**WHAT NEEDS TO BE DONE:** Where a line holds the word "near", copy it from the records.

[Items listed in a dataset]
═══

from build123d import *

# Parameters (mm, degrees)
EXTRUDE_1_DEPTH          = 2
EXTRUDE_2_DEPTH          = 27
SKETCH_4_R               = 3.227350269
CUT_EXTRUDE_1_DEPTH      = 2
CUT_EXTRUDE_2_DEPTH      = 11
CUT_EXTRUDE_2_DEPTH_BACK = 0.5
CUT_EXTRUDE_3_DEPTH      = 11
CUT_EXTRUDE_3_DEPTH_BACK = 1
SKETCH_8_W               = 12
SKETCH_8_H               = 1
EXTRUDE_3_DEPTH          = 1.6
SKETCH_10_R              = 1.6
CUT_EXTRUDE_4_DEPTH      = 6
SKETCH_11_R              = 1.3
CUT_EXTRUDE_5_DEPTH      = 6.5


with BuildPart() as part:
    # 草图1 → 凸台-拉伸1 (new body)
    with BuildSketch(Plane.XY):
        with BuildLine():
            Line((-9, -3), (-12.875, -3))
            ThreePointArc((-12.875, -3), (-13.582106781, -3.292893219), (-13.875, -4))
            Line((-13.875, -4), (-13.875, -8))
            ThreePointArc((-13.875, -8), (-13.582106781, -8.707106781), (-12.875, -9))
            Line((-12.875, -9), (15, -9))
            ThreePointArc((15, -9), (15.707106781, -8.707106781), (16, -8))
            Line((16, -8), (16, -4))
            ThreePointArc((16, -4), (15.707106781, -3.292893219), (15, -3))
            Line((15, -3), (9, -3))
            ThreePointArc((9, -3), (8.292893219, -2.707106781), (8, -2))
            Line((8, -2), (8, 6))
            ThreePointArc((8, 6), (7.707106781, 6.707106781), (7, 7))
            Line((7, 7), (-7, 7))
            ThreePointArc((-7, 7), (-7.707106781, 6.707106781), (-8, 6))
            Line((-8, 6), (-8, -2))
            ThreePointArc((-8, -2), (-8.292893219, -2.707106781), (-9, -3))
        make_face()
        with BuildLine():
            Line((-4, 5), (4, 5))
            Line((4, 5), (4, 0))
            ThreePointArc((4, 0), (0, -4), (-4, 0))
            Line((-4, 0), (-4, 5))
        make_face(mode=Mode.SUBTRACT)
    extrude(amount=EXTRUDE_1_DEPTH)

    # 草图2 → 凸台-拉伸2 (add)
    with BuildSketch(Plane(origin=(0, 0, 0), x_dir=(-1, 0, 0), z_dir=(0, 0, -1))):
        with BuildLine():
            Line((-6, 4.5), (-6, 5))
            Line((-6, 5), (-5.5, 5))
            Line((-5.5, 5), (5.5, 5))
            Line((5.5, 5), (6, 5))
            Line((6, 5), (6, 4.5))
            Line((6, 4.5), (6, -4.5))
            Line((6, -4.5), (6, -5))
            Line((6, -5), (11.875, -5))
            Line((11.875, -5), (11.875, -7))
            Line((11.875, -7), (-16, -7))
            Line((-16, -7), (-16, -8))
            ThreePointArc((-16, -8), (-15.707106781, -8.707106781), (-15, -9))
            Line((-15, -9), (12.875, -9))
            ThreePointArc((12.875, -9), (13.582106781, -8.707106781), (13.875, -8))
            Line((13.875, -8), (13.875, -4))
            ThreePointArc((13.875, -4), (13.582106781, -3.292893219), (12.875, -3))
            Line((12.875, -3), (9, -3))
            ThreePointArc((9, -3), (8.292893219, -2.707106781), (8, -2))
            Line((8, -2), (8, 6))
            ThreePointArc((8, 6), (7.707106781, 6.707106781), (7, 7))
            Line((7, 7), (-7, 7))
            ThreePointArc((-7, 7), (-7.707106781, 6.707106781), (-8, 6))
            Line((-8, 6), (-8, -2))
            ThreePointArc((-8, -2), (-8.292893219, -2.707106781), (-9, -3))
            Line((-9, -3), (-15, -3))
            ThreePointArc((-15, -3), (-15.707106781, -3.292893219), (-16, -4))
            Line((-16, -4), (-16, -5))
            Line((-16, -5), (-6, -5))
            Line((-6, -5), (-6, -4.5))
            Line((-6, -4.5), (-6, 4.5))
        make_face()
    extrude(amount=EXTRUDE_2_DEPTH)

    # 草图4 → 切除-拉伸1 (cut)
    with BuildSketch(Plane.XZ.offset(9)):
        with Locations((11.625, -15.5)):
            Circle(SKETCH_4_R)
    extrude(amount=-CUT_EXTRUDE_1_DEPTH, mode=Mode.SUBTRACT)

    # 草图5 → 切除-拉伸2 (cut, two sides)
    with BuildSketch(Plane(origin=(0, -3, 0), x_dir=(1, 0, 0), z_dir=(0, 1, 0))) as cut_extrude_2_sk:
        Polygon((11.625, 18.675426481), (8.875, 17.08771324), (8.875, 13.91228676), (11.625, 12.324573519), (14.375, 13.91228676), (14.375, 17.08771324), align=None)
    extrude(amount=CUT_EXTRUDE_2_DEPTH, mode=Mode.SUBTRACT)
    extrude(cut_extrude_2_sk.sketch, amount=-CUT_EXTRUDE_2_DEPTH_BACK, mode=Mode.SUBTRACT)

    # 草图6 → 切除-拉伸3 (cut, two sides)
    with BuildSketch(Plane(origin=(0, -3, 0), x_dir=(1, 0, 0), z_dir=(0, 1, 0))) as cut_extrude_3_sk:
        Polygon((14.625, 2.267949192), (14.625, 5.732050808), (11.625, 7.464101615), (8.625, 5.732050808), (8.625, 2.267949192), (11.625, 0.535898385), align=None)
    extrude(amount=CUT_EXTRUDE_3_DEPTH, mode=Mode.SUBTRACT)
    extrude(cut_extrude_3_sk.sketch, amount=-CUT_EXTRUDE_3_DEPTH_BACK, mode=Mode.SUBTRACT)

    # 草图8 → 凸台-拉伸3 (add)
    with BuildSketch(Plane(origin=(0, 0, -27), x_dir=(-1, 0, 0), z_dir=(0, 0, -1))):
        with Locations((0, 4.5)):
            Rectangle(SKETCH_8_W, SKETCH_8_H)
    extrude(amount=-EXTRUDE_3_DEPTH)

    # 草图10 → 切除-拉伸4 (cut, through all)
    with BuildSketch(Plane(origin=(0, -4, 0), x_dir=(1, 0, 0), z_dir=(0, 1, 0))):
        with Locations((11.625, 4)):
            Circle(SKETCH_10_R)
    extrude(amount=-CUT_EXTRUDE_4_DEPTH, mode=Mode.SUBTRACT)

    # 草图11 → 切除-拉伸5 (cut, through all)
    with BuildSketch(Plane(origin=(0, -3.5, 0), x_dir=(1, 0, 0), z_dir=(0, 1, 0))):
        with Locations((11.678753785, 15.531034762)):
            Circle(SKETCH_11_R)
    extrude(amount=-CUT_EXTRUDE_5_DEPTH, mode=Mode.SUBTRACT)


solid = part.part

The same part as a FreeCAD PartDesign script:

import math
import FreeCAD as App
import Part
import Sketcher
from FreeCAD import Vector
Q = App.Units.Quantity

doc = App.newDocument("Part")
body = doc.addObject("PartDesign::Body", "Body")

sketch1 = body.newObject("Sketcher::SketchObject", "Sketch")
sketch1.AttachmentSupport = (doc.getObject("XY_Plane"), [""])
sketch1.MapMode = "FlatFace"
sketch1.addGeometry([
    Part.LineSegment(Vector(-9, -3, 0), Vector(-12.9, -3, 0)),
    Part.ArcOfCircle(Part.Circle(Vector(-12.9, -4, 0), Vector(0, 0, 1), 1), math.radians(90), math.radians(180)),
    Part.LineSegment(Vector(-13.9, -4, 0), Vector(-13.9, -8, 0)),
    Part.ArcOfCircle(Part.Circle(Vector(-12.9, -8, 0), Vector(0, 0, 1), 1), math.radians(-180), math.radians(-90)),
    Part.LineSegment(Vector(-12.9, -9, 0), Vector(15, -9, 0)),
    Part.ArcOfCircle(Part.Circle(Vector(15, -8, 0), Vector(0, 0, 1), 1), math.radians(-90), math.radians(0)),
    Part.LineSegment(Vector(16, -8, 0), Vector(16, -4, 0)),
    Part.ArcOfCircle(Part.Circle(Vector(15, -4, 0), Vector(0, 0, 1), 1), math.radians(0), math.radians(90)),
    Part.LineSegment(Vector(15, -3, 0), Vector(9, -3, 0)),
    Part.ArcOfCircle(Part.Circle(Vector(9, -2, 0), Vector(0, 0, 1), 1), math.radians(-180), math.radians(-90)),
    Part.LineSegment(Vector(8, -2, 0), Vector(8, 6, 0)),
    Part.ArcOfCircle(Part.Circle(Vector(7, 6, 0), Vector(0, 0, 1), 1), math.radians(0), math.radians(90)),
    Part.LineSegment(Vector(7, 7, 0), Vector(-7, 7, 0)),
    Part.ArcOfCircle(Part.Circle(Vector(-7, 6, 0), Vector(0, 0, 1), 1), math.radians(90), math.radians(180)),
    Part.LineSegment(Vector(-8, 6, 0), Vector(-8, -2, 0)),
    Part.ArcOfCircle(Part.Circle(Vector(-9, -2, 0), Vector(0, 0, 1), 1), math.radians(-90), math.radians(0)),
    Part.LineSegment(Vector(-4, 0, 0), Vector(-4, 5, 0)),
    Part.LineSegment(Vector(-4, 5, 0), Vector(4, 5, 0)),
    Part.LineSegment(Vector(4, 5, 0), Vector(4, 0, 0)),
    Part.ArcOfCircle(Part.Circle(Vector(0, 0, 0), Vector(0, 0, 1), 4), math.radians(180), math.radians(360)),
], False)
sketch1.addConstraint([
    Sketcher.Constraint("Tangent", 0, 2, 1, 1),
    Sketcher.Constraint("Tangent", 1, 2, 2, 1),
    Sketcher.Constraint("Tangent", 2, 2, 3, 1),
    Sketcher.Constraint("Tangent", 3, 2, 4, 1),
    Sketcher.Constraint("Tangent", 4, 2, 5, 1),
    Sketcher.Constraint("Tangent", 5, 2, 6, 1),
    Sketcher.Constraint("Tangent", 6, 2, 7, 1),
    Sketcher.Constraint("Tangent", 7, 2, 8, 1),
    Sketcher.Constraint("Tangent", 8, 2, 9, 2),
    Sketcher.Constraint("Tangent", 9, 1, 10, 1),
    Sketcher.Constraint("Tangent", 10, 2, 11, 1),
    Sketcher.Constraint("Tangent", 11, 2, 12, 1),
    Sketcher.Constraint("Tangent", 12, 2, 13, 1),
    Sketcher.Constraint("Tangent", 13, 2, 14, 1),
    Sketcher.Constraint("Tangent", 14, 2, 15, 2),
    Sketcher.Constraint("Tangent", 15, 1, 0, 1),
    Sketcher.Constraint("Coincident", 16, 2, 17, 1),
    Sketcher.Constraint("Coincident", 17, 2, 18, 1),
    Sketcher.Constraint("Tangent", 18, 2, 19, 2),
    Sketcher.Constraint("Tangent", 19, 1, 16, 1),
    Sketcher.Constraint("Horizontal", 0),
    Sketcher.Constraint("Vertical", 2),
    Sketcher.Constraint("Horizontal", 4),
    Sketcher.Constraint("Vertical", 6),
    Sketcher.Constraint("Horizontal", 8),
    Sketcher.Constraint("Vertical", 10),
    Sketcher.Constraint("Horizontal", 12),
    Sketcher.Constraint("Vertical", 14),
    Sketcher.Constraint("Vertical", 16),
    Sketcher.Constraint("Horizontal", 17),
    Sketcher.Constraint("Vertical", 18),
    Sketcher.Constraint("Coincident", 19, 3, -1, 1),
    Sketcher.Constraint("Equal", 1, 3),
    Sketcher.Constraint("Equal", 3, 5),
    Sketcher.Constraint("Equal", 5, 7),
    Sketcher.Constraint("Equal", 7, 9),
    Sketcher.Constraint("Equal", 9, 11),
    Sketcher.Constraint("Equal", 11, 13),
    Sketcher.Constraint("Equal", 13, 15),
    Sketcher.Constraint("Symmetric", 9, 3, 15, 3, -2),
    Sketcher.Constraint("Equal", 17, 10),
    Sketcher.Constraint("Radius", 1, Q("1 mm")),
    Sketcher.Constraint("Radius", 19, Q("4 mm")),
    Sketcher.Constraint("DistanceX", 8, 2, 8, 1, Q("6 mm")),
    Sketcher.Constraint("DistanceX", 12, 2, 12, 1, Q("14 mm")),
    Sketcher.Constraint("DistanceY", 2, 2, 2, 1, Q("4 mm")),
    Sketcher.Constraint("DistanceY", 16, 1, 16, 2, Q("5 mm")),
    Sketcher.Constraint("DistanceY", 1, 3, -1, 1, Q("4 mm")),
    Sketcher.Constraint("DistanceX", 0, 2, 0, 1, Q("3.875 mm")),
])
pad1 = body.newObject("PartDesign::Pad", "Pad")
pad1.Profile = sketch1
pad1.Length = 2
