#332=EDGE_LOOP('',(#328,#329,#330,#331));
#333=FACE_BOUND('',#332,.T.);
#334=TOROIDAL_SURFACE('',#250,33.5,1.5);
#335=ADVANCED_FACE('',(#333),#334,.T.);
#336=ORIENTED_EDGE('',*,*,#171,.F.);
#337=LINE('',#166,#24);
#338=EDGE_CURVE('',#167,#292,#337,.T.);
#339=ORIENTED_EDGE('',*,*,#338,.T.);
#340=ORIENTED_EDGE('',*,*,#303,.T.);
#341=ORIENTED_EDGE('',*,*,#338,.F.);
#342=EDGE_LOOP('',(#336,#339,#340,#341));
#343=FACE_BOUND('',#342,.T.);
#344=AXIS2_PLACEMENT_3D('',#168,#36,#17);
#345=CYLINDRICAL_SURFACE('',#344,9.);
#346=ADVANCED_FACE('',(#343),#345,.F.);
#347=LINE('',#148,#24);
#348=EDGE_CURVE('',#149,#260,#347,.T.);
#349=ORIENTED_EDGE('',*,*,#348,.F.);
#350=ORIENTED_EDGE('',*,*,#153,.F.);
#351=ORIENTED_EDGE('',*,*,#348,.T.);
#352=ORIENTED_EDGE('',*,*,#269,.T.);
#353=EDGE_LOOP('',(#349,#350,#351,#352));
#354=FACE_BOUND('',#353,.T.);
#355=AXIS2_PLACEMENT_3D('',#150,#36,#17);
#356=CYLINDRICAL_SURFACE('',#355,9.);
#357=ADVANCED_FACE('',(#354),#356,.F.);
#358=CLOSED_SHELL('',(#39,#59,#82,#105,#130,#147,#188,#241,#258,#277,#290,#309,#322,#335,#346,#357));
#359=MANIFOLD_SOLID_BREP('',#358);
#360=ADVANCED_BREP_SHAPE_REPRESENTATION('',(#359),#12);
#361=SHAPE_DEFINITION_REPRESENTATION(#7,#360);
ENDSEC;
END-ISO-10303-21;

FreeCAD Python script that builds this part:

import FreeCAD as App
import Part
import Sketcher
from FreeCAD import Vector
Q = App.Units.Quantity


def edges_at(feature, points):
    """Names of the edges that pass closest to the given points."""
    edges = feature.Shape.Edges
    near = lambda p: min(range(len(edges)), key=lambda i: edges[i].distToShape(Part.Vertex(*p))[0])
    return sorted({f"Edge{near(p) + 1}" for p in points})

═══

**EXERCISE OUTPUT:**
    near = lambda p: min(range(len(edges)), key=lambda i: edges[i].distToShape(Part.Vertex(*p))[0])
    return sorted({f"Edge{near(p) + 1}" for p in points})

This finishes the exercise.